What you return must be an exact copy of the lines in the listing below between the line holding "f 193 194 196" and the line holding "f 161 66 69", inclusive, and nothing more.

☆ ☆ ☆ ☆

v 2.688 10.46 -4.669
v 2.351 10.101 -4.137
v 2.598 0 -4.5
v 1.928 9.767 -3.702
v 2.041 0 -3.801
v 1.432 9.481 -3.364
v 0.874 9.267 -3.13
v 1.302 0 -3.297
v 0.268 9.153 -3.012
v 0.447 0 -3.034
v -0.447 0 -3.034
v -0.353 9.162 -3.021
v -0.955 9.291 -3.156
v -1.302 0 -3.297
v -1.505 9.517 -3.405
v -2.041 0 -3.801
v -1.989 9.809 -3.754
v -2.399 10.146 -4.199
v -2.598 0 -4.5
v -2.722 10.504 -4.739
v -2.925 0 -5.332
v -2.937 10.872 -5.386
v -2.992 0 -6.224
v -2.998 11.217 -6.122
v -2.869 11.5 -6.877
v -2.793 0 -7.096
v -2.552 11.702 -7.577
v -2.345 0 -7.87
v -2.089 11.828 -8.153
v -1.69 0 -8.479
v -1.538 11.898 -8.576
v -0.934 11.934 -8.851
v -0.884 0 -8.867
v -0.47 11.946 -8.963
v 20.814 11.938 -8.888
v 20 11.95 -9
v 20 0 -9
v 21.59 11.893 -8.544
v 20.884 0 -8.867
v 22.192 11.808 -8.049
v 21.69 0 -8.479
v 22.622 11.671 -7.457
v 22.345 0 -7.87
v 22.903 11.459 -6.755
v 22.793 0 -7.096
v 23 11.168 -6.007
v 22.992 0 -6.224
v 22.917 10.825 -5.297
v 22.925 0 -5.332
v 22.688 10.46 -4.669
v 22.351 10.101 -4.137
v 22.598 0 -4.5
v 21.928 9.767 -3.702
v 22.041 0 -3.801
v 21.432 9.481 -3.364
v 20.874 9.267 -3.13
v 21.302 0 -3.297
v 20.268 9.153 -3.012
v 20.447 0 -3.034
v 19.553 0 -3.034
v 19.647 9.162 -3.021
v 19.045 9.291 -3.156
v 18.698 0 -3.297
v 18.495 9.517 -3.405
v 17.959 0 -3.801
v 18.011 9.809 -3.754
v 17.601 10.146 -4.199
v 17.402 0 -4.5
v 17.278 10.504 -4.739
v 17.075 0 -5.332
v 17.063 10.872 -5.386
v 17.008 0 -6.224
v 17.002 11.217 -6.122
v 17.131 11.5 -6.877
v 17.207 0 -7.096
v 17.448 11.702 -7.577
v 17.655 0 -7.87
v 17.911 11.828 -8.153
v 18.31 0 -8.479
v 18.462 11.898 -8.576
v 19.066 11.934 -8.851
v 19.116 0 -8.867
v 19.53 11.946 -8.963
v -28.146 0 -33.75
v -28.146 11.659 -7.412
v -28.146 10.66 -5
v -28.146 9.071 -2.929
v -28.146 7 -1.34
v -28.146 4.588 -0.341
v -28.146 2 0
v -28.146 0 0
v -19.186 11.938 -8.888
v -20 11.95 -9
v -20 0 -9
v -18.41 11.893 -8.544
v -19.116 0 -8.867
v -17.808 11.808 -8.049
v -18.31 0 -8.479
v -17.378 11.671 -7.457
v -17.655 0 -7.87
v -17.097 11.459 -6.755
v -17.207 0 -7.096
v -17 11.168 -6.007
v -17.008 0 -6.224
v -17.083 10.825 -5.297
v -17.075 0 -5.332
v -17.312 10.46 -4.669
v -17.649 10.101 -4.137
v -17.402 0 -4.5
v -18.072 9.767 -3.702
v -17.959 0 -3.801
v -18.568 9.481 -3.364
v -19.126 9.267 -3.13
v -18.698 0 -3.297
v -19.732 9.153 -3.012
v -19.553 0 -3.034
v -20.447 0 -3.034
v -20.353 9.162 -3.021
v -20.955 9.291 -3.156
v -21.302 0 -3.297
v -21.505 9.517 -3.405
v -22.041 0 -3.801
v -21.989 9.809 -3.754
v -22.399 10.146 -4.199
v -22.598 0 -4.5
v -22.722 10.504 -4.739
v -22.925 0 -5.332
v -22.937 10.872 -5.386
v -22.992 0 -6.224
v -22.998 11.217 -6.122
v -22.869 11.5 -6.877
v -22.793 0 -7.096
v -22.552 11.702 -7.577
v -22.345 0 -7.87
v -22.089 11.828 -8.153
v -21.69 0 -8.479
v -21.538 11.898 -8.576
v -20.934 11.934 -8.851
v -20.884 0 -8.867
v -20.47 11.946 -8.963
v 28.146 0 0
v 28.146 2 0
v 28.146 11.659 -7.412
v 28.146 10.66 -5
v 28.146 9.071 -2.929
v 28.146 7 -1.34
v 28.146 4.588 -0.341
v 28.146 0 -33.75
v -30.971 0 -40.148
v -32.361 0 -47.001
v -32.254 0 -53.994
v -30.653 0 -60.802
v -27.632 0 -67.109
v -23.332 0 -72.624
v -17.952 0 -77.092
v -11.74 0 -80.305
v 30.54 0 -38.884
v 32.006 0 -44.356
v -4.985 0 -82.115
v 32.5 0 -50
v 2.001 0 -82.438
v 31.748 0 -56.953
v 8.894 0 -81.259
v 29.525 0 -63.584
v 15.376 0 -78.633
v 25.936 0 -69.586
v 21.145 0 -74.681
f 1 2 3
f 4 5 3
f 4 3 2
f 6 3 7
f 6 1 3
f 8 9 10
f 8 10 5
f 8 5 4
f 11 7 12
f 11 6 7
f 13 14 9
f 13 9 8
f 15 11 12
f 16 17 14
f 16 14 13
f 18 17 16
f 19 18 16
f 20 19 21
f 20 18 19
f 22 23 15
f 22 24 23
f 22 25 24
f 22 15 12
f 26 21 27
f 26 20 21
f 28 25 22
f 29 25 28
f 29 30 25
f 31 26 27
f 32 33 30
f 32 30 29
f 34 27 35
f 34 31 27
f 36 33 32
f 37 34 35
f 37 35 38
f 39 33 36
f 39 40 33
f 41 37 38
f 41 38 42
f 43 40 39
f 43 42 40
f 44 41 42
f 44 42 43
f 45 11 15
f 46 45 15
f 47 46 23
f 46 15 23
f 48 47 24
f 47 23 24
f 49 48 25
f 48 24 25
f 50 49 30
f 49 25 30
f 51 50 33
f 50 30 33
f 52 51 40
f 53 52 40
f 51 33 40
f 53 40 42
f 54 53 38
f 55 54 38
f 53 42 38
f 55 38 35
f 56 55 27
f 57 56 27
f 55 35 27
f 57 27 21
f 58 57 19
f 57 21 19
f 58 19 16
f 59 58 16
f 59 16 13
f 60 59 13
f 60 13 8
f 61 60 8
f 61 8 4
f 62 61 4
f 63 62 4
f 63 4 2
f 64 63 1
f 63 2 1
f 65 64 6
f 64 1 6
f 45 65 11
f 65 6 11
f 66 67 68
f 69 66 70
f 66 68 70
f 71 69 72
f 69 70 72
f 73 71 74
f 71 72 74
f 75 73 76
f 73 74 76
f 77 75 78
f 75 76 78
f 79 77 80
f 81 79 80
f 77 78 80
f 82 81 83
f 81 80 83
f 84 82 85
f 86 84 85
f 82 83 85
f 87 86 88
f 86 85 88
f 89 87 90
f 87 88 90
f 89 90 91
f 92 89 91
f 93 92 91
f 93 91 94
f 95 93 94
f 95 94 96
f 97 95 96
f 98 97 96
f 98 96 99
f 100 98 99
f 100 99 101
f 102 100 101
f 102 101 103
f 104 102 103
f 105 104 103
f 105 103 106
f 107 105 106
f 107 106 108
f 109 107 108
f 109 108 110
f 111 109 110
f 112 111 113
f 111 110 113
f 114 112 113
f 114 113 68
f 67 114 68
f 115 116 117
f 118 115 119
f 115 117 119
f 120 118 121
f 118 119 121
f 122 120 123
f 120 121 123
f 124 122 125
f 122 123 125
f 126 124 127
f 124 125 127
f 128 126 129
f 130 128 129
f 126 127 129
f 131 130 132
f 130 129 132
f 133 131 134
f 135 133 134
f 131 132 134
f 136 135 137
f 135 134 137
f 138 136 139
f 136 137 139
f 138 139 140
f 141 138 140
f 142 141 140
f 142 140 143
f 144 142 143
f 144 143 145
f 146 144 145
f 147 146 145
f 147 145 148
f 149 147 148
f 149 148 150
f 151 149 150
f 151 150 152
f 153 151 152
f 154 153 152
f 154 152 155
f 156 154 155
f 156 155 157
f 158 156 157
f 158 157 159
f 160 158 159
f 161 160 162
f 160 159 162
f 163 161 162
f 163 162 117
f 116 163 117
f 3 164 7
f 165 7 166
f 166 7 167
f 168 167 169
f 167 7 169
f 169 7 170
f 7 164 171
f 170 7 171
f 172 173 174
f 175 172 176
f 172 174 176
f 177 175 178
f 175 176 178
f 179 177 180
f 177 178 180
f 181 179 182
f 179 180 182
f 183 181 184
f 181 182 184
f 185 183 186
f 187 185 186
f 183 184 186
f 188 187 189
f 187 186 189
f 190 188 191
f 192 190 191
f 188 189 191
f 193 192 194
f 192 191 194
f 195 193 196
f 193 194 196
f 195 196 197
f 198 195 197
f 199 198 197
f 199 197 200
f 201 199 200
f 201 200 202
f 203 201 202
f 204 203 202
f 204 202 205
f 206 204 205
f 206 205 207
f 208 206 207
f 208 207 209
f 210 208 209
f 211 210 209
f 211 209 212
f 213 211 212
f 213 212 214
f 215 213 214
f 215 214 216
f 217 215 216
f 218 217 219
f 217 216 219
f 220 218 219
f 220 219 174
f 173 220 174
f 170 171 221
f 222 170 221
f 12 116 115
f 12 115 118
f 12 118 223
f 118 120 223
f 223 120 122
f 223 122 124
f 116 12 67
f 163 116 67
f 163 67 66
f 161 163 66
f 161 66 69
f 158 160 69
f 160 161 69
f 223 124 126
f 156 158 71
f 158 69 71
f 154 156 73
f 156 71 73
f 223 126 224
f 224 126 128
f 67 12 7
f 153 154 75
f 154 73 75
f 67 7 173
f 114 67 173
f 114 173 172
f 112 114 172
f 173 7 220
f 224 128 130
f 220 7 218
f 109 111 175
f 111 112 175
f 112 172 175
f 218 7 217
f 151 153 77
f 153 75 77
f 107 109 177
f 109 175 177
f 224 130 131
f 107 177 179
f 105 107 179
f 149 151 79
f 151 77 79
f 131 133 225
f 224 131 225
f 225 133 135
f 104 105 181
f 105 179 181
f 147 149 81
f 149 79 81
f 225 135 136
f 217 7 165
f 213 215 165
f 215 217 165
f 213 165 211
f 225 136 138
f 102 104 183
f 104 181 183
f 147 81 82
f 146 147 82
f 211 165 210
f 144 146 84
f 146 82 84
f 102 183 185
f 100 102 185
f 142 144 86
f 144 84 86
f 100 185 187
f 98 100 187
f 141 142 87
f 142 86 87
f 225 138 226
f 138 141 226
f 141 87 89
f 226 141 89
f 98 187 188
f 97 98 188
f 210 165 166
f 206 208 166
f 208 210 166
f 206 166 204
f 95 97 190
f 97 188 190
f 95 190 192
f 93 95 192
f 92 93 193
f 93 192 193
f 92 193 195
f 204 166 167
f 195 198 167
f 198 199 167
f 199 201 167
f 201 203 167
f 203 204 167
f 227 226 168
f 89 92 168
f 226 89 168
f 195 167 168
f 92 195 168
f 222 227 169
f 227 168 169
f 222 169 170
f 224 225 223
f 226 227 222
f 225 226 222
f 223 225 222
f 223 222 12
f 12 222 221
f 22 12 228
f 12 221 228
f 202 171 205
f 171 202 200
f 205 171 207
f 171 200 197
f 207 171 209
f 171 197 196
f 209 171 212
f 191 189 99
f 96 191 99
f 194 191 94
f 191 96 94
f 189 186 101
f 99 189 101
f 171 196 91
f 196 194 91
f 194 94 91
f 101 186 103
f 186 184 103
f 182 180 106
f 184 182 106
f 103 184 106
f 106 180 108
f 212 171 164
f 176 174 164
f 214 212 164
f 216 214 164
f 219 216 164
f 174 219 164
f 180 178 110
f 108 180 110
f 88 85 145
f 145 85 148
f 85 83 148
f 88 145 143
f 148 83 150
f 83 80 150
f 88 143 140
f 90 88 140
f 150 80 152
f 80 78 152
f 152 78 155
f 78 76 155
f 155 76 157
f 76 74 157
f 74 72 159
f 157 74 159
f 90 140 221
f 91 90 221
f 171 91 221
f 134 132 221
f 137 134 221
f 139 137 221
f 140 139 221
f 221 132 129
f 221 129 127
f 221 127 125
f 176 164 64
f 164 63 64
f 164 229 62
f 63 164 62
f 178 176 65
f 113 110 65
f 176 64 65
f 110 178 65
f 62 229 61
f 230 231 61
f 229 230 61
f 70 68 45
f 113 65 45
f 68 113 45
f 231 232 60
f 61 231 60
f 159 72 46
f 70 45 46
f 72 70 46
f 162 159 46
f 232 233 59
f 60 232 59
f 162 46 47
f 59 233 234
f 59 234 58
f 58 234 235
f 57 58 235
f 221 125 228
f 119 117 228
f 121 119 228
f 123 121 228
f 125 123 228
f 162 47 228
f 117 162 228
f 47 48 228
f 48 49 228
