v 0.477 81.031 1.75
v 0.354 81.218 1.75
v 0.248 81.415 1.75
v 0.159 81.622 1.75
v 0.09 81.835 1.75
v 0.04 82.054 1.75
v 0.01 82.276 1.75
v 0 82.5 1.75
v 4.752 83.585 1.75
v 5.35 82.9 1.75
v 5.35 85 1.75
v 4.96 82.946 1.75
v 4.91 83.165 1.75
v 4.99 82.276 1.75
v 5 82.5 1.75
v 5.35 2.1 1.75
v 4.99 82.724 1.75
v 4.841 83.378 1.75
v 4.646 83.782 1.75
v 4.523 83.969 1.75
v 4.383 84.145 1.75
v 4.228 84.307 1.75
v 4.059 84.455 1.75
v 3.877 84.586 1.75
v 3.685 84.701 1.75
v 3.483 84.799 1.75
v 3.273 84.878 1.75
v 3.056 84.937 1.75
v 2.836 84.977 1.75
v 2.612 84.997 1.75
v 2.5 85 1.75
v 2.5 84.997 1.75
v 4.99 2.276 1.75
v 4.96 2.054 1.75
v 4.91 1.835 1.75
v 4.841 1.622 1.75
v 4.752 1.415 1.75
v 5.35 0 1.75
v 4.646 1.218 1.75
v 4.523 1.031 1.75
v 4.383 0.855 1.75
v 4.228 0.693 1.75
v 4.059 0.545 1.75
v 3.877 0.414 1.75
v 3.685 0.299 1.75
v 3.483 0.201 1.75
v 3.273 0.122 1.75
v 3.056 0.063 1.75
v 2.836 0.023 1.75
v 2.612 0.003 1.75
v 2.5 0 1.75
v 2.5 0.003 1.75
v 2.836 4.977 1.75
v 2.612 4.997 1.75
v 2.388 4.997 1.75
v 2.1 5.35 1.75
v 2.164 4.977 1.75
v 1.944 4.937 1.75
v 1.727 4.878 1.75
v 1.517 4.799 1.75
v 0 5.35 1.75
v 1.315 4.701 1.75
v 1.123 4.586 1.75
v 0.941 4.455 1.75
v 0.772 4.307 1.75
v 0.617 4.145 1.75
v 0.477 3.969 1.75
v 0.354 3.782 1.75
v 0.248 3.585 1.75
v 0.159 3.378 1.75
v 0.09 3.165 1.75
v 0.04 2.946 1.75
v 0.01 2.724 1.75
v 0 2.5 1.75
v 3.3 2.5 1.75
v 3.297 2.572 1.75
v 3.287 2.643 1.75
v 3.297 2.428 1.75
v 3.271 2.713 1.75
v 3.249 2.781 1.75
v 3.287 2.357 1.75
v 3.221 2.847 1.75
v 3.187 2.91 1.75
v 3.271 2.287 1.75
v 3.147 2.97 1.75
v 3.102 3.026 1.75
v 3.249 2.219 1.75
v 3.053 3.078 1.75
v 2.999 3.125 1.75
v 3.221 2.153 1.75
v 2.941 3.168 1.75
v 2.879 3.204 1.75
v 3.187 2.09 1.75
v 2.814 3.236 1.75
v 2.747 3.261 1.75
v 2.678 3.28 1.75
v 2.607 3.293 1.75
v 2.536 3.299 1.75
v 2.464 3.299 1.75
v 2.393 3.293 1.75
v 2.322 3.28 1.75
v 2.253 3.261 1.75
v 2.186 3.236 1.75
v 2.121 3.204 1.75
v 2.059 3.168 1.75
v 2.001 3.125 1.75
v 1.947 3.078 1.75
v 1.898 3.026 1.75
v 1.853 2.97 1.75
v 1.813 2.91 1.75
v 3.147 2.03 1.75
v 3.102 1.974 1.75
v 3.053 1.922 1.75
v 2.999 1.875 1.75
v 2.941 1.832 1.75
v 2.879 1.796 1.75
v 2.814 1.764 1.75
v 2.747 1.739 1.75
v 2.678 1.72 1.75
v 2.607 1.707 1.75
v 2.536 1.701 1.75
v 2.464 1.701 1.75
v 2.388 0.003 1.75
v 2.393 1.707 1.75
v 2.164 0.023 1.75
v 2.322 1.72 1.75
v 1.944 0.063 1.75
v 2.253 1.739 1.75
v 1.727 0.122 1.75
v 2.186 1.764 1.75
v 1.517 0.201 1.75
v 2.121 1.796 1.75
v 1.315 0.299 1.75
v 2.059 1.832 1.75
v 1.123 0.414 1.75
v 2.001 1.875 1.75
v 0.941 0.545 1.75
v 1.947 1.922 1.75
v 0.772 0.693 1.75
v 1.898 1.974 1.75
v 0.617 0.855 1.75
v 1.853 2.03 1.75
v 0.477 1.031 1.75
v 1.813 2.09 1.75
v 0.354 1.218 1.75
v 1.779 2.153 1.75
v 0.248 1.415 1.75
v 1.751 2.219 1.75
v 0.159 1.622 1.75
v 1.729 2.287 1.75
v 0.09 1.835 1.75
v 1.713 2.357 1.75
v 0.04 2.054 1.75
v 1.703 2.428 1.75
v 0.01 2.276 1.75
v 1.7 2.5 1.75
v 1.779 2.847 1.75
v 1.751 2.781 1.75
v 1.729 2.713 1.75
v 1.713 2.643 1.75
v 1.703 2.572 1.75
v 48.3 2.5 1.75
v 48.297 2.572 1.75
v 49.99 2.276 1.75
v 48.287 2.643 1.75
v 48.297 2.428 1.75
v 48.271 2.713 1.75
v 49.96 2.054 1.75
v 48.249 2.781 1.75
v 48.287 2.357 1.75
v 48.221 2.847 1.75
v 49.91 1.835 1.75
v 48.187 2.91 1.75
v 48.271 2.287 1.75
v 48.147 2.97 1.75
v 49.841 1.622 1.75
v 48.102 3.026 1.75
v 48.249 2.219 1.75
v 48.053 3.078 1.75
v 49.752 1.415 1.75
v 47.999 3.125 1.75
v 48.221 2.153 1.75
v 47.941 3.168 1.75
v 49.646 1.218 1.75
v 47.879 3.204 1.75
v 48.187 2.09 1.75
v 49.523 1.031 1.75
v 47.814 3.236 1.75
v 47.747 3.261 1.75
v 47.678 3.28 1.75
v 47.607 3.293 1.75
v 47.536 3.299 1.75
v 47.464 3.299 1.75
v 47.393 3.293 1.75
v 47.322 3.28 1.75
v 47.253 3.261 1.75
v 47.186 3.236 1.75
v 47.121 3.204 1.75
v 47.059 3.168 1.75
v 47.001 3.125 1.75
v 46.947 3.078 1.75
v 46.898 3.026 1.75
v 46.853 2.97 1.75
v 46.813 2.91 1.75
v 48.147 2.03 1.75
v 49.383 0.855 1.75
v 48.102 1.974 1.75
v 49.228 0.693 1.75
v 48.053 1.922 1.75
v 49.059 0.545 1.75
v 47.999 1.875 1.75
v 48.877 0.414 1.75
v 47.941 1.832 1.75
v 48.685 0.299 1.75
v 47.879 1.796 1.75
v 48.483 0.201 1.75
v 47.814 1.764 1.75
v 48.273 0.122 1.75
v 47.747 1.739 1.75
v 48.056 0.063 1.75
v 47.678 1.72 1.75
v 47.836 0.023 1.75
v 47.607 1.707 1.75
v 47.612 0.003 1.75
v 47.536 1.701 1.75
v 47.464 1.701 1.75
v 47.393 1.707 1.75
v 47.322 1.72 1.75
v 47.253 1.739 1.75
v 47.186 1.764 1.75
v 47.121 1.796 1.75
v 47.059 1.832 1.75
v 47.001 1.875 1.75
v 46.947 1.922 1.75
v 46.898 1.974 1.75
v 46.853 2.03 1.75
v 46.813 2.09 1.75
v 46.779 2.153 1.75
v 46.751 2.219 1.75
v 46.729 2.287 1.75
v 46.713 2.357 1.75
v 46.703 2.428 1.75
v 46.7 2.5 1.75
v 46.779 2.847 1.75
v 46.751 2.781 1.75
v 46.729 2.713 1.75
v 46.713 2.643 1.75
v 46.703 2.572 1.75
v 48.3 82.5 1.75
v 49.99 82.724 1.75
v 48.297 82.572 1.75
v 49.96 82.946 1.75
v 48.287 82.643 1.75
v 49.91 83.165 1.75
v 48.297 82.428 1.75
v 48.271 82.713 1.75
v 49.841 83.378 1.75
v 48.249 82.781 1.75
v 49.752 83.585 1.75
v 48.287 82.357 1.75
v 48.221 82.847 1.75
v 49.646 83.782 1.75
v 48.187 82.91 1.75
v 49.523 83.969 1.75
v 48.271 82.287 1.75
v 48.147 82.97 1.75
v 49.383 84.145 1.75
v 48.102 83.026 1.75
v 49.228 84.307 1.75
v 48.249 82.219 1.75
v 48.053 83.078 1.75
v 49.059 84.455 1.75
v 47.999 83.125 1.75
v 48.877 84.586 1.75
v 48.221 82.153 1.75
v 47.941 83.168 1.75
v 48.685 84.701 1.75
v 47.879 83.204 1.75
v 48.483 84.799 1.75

☆ ☆ ☆ ☆

### Completed task
f 193 194 196
f 195 196 197
f 198 195 197
f 199 198 197
f 199 197 200
f 201 199 200
f 201 200 202
f 203 201 202
f 204 203 202
f 204 202 205
f 206 204 205
f 206 205 207
f 208 206 207
f 208 207 209
f 210 208 209
f 211 210 209
f 211 209 212
f 213 211 212
f 213 212 214
f 215 213 214
f 215 214 216
f 217 215 216
f 218 217 219
f 217 216 219
f 220 218 219
f 220 219 174
f 173 220 174
f 170 171 221
f 222 170 221
f 12 116 115
f 12 115 118
f 12 118 223
f 118 120 223
f 223 120 122
f 223 122 124
f 116 12 67
f 163 116 67
f 163 67 66
f 161 163 66
f 161 66 69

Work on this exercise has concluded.